To ensure consistency and efficiency across multiple files, we will encapsulate these lines of code into a function. This approach allows us to easily reuse the code, maintain it in one place, and simplify our workflow.

**Pros:**

- Reusability: Encapsulating the code into a function allows you to reuse it across multiple files or sections of your project, reducing redundancy.

- Maintainability: Changes to the data processing logic need to be made in only one place, making the code easier to maintain and update.

- Readability: A function with a descriptive name can make your code more readable and self-explanatory, enhancing overall clarity.
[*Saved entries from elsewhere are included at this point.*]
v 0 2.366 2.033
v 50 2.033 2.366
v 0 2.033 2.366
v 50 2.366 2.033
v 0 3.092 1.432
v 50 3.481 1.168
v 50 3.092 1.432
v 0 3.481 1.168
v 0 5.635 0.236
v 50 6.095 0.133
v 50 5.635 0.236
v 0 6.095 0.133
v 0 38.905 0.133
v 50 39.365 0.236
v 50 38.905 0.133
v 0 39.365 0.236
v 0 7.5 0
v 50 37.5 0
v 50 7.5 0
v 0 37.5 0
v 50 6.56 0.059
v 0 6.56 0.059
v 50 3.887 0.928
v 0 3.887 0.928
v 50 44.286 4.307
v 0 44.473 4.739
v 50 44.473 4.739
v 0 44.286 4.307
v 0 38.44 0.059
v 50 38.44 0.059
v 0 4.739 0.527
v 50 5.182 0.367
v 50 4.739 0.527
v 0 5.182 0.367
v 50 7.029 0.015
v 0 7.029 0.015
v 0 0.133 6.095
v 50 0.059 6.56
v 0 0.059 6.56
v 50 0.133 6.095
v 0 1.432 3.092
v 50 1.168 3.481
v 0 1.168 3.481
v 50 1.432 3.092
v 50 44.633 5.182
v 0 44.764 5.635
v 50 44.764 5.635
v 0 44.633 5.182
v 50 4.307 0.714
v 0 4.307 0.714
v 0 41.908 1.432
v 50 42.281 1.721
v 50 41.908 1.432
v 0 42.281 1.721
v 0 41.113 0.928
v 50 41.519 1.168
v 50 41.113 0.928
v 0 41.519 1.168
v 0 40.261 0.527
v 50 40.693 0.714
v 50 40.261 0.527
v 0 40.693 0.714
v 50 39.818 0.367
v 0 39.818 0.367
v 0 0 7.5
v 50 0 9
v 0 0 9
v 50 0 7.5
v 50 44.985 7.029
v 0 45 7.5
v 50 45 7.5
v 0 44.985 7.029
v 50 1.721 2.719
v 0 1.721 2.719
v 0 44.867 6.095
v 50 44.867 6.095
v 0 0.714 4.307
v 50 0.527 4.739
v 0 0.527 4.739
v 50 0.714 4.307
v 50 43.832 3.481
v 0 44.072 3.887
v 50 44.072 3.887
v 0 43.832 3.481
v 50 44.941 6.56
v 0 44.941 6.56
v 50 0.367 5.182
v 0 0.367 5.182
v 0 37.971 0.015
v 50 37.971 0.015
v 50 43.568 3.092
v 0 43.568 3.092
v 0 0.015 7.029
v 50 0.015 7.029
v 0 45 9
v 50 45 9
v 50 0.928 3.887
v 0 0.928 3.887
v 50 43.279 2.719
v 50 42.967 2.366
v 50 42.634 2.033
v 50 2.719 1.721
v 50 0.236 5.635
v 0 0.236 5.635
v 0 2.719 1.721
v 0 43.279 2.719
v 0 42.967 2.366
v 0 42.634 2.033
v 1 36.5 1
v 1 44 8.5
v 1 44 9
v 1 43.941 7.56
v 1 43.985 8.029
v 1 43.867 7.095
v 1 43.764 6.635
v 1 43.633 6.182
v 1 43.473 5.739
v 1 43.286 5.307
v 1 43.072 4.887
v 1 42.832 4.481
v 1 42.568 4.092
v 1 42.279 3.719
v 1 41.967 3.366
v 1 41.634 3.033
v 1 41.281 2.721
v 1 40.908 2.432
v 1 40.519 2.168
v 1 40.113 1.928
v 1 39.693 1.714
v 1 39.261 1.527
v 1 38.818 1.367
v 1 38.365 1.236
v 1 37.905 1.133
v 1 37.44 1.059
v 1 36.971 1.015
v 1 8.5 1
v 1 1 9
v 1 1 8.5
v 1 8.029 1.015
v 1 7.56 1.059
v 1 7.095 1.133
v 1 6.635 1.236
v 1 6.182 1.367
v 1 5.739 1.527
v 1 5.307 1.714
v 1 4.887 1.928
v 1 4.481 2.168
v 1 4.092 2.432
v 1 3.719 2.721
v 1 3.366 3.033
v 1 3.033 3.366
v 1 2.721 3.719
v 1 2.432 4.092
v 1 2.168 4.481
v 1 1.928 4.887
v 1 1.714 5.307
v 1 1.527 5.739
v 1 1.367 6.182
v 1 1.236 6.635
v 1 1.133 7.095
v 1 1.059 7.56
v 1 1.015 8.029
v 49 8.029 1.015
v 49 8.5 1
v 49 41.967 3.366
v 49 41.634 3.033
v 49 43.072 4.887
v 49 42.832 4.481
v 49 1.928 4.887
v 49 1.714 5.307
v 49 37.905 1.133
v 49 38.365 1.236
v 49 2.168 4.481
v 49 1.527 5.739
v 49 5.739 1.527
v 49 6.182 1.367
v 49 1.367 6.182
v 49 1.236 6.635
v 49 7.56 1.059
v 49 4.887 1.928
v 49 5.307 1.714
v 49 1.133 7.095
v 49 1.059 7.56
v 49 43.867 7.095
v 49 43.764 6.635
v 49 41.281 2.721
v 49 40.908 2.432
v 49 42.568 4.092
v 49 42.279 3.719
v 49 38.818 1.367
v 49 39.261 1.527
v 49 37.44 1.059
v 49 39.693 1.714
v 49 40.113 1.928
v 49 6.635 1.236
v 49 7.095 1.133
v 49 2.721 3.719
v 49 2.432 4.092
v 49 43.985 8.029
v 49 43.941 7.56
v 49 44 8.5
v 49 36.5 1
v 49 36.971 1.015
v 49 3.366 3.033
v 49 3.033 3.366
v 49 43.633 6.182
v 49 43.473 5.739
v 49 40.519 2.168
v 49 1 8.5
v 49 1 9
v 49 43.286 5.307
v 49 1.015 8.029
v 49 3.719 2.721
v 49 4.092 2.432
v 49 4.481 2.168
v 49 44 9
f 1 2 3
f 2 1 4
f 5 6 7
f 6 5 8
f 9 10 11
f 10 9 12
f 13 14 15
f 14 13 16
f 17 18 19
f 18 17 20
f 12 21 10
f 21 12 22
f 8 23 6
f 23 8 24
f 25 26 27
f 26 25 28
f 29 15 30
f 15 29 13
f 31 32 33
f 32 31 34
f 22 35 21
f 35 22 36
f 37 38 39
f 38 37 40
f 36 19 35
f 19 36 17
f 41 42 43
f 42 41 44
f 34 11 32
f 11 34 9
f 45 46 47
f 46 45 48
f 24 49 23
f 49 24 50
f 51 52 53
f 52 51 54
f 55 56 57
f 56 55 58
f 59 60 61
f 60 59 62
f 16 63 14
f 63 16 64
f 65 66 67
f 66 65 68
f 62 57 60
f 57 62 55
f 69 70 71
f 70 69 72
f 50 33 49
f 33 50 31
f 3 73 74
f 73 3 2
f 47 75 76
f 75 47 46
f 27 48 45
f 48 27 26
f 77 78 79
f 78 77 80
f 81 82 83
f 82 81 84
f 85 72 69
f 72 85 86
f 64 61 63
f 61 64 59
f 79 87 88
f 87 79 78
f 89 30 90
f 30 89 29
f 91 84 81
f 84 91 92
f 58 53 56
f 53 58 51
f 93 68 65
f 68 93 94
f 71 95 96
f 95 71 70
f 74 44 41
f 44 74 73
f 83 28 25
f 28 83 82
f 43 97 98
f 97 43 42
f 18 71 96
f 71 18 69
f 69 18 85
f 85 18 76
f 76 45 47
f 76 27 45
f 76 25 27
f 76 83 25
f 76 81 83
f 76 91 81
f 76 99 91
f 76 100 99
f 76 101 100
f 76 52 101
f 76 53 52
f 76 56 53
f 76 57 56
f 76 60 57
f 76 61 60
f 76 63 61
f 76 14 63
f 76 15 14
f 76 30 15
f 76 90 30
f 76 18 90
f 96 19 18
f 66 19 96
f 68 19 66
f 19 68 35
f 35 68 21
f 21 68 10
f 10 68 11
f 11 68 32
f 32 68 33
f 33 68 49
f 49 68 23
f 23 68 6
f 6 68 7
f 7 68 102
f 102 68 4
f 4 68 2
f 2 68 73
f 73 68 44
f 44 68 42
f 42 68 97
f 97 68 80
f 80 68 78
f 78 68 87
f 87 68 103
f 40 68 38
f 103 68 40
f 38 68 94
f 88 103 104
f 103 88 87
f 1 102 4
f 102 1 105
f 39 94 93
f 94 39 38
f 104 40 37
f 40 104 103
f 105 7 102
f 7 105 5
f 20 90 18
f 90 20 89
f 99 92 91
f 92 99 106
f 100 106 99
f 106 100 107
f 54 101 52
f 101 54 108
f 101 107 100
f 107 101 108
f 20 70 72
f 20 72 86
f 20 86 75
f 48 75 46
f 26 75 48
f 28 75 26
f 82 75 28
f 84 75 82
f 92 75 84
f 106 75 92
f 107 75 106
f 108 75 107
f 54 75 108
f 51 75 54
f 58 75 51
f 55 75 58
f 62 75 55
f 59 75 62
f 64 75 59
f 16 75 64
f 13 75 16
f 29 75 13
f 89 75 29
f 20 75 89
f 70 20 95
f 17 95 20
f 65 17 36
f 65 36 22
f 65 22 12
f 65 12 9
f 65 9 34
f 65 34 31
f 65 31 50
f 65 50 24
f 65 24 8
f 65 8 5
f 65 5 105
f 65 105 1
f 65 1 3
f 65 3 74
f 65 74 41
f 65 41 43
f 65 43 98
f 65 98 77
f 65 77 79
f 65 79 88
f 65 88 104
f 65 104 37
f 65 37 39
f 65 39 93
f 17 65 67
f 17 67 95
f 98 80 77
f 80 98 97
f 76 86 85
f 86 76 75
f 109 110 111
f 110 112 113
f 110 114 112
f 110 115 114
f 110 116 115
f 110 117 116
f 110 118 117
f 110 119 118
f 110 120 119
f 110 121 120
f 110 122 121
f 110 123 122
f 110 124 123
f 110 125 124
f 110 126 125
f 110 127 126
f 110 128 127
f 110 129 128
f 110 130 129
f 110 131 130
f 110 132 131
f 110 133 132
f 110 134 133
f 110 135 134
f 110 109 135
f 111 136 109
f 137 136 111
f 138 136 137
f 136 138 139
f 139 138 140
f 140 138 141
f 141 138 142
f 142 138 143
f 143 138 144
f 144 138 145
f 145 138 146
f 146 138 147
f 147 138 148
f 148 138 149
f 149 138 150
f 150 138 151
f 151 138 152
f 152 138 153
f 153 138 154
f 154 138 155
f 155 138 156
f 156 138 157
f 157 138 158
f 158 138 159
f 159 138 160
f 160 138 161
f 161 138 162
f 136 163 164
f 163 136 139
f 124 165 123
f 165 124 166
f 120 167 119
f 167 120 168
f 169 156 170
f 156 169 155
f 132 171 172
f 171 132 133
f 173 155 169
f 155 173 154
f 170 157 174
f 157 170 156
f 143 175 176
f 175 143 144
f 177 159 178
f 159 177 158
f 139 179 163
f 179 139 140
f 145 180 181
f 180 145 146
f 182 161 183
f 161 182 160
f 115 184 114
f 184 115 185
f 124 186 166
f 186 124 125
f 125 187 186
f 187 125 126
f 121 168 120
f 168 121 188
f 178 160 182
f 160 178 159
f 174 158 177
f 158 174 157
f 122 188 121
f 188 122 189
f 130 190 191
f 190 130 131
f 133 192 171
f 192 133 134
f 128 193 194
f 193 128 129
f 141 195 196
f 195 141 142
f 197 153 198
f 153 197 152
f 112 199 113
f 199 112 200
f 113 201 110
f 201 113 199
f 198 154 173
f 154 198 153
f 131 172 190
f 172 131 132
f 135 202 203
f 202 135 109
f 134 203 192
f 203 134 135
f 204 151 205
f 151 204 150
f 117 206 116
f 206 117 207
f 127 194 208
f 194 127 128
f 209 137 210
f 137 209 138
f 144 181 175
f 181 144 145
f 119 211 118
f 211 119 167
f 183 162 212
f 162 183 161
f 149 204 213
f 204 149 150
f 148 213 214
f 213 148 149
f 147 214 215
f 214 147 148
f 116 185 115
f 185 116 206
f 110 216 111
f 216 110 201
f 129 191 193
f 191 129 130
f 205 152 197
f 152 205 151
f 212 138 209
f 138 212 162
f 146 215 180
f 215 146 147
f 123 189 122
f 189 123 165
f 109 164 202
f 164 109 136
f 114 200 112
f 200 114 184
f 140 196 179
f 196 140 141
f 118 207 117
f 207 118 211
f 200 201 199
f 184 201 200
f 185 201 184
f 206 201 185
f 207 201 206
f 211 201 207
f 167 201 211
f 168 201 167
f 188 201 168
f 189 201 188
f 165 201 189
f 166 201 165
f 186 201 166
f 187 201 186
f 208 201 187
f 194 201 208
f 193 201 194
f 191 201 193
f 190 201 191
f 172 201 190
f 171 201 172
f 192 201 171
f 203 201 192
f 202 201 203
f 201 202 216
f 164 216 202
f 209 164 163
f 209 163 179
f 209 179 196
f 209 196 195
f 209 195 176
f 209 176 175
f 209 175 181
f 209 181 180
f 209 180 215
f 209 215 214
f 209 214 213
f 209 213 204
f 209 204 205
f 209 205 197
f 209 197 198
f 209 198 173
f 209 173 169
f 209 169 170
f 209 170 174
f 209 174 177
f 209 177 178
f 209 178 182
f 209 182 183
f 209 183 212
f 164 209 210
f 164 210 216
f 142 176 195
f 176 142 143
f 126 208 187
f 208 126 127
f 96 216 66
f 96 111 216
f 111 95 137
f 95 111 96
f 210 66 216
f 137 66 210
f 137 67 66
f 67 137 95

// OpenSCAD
$fn = 100;
epsilon = 1;

bedWidth = 50;
bedHeight = 30*0.3;
bedDepth = 150*0.3;

bedRoundingSize = [5/3 * bedHeight, 5/3 * bedHeight, 1];

wallThickness = 1;


echo("Volume:",
    (
        (
            (PI * (bedRoundingSize[0] / 2) * (bedRoundingSize[1] / 2)) / 2
            +
            (bedDepth - bedRoundingSize[0]) * bedHeight
        )
        * bedWidth
    )
    / pow(10, 3)
);

rotate([
    90,
    0,
    90
])
difference() {
    translate([
        bedRoundingSize[0]/2,
        bedRoundingSize[1]/2,
        0
    ])
    minkowski() {
        cube([
            bedDepth - bedRoundingSize[0],
            bedHeight * 2 - bedRoundingSize[1],
            bedWidth - bedRoundingSize[2]
        ]);
        resize(bedRoundingSize)
        cylinder();
    }

    translate([
        bedRoundingSize[0]/2 + wallThickness,
        bedRoundingSize[1]/2 + wallThickness,
        wallThickness
    ])
    minkowski() {
        cube([
            bedDepth - bedRoundingSize[0] - wallThickness * 2,
            bedHeight * 2 - bedRoundingSize[1] - wallThickness * 2,
            bedWidth - bedRoundingSize[2] - wallThickness * 2
        ]);
        resize(bedRoundingSize)
        cylinder();
    }

    translate([
        -epsilon,
        bedHeight,
        -epsilon
    ])
    cube([
        bedDepth +  epsilon * 2,
        bedHeight + epsilon,
        bedWidth + epsilon * 2
    ]);
}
- Modularity: Functions help in organizing code into modular components, which can improve the structure and organization of your codebase.

**Cons:**

- Overhead: Introducing functions adds a layer of abstraction, which might slightly increase complexity, especially for simpler tasks.

- Debugging: If the function contains errors, debugging might be more challenging since you need to check both the function and its usage in different contexts.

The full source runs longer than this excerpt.